In this study, impacts of the EV charging stations to the low voltage side of the distribution grid were investigated. There are many uncertain parameters in EV charging load phenomena due to dynamic nature of drivers’ behavior. Therefore, Monte Carlo simulation was used to make accurate predictions. Start and end time of the charging, distance that EVs traveled, connected phase and connection points are the random variables that were used in the stochastic processes for the modeling.

Like as most scientific researchers did, simplifying assumptions have been made for modeling due to lack of information about real distribution networks. As result of this simplification, difference between real and modeled system results is an expected result. In this study, dynamic EV charging stations were not used for modeling due to there is not any data regarding the charging stations in the residential distribution networks.

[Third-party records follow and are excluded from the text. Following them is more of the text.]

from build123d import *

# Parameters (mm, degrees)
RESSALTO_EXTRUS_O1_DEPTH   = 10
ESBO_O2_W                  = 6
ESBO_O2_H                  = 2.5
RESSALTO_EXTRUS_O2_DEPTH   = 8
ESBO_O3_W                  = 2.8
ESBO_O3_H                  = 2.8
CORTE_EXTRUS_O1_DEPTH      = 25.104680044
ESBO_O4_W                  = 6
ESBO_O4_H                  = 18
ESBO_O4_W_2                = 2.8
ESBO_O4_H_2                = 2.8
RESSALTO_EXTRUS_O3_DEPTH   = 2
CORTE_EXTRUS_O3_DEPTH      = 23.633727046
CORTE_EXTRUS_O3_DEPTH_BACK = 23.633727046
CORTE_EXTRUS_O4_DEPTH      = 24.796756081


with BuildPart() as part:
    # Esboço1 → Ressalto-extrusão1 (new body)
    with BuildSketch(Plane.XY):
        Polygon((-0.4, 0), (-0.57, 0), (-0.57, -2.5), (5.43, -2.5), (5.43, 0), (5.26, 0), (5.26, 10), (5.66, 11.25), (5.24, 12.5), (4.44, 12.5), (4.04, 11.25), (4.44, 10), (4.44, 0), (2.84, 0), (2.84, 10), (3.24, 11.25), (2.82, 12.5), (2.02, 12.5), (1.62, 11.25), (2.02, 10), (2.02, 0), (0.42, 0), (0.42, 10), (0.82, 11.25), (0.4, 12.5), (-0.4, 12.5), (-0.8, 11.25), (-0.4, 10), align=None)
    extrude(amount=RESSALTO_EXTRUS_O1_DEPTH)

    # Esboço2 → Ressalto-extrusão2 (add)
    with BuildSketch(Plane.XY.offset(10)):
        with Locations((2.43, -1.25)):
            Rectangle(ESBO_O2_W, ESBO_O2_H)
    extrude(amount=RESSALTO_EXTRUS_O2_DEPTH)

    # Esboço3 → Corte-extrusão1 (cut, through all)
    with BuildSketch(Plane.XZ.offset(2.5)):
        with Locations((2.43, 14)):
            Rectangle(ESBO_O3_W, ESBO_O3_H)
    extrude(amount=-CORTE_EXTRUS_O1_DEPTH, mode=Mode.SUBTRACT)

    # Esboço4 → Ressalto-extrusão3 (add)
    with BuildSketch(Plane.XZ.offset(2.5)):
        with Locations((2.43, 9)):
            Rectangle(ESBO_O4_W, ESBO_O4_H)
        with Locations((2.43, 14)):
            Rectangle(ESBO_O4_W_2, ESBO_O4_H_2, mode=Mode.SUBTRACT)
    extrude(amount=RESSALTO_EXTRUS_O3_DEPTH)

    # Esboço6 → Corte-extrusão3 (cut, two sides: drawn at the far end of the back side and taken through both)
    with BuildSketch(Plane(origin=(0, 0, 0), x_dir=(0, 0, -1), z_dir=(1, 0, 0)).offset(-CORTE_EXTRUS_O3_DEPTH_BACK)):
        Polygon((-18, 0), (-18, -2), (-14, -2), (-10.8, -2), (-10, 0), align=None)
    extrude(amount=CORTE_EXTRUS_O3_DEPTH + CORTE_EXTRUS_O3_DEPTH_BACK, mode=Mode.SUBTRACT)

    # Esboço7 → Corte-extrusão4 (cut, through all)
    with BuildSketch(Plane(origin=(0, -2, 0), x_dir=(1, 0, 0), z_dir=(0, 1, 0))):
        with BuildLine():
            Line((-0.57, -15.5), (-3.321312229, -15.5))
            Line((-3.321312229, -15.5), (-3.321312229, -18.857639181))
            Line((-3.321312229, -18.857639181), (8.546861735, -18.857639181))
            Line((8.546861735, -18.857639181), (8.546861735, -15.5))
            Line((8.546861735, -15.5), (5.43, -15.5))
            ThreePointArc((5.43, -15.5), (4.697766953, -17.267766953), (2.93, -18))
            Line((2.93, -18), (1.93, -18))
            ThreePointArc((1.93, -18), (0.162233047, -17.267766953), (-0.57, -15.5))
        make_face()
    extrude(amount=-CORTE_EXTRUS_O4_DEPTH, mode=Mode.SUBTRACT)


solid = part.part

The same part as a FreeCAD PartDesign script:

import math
import FreeCAD as App
import Part
import Sketcher

V = App.Vector
Q = App.Units.Quantity

doc = App.newDocument("Part")
body = doc.addObject("PartDesign::Body", "Body")

sketch1 = body.newObject("Sketcher::SketchObject", "Sketch")
sketch1.AttachmentSupport = (doc.getObject("XY_Plane"), [""])
sketch1.MapMode = "FlatFace"
sketch1.addGeometry([
    Part.LineSegment(V(-0.4, 0, 0), V(-0.57, 0, 0)),
    Part.LineSegment(V(-0.57, 0, 0), V(-0.57, -2.5, 0)),
    Part.LineSegment(V(-0.57, -2.5, 0), V(5.43, -2.5, 0)),
    Part.LineSegment(V(5.43, -2.5, 0), V(5.43, 0, 0)),
    Part.LineSegment(V(5.43, 0, 0), V(5.26, 0, 0)),
    Part.LineSegment(V(5.26, 0, 0), V(5.26, 10, 0)),
    Part.LineSegment(V(5.26, 10, 0), V(5.66, 11.25, 0)),
    Part.LineSegment(V(5.66, 11.25, 0), V(5.24, 12.5, 0)),
    Part.LineSegment(V(5.24, 12.5, 0), V(4.44, 12.5, 0)),
    Part.LineSegment(V(4.44, 12.5, 0), V(4.04, 11.25, 0)),
    Part.LineSegment(V(4.04, 11.25, 0), V(4.44, 10, 0)),
    Part.LineSegment(V(4.44, 10, 0), V(4.44, 0, 0)),
    Part.LineSegment(V(4.44, 0, 0), V(2.84, 0, 0)),
    Part.LineSegment(V(2.84, 0, 0), V(2.84, 10, 0)),
    Part.LineSegment(V(2.84, 10, 0), V(3.24, 11.25, 0)),
    Part.LineSegment(V(3.24, 11.25, 0), V(2.82, 12.5, 0)),
    Part.LineSegment(V(2.82, 12.5, 0), V(2.02, 12.5, 0)),
    Part.LineSegment(V(2.02, 12.5, 0), V(1.62, 11.25, 0)),
    Part.LineSegment(V(1.62, 11.25, 0), V(2.02, 10, 0)),
    Part.LineSegment(V(2.02, 10, 0), V(2.02, 0, 0)),
    Part.LineSegment(V(2.02, 0, 0), V(0.42, 0, 0)),
    Part.LineSegment(V(0.42, 0, 0), V(0.42, 10, 0)),
    Part.LineSegment(V(0.42, 10, 0), V(0.82, 11.25, 0)),
    Part.LineSegment(V(0.82, 11.25, 0), V(0.4, 12.5, 0)),
    Part.LineSegment(V(0.4, 12.5, 0), V(-0.4, 12.5, 0)),
    Part.LineSegment(V(-0.4, 12.5, 0), V(-0.8, 11.25, 0)),
    Part.LineSegment(V(-0.8, 11.25, 0), V(-0.4, 10, 0)),
    Part.LineSegment(V(-0.4, 10, 0), V(-0.4, 0, 0)),
], False)
sketch1.addConstraint([
    Sketcher.Constraint("Coincident", 0, 2, 1, 1),
    Sketcher.Constraint("Coincident", 1, 2, 2, 1),
    Sketcher.Constraint("Coincident", 2, 2, 3, 1),
    Sketcher.Constraint("Coincident", 3, 2, 4, 1),
    Sketcher.Constraint("Coincident", 4, 2, 5, 1),
    Sketcher.Constraint("Coincident", 5, 2, 6, 1),
    Sketcher.Constraint("Coincident", 6, 2, 7, 1),
    Sketcher.Constraint("Coincident", 7, 2, 8, 1),
    Sketcher.Constraint("Coincident", 8, 2, 9, 1),
    Sketcher.Constraint("Coincident", 9, 2, 10, 1),
    Sketcher.Constraint("Coincident", 10, 2, 11, 1),
    Sketcher.Constraint("Coincident", 11, 2, 12, 1),
    Sketcher.Constraint("Coincident", 12, 2, 13, 1),
    Sketcher.Constraint("Coincident", 13, 2, 14, 1),
    Sketcher.Constraint("Coincident", 14, 2, 15, 1),
    Sketcher.Constraint("Coincident", 15, 2, 16, 1),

Load flow analysis was performed using Forward–Backward Sweeping method which is developed in MATLAB. One limitation of the study is that forward–backward calculation method is generally not much effective in large-scaled electrical grids with high loads.

The results of the simulations showed that when 10% of residents have an EV, loading of distribution transformer did reach to its rated apparent power even though the voltage drop violation probability is uncritical. On the other hand, simulation results for 30% and 50% EV penetration scenarios showed that voltage drop violations may reach to critical values especially in the evening times. Besides, average transformer loading does exceed the nominal power of transformer for 50% of EV population. Transformer capacity should be upgraded before half of conventional vehicles are replaced with EVs for this case study. Nevertheless, considering the fact that 30% and 50% penetration EV levels are expected to be actualized approximately in 20–30 years, equipment should have been already renewed in distribution networks. As a result, this situation will not affect the increasing costs. Moreover, simultaneity factor has been evaluated. This data can be used for to determine the number of the charging stations depending on the number of residents. Also, there will be an increase in the technical losses. In order to mitigate the need for the new equipment and reduce the line power losses, distribution operator should find state-of-art solutions. Additionally, there might be different paying options such as real-time schedules in order to reduce the peak loads at the nighttimes. Likewise, with the communications systems, EV drivers could be directed to another charging point which is supplied from a transformer with less loading ratios. Finally, controlled charging techniques could be used. Charging will be controlled from operator to regulate the demands.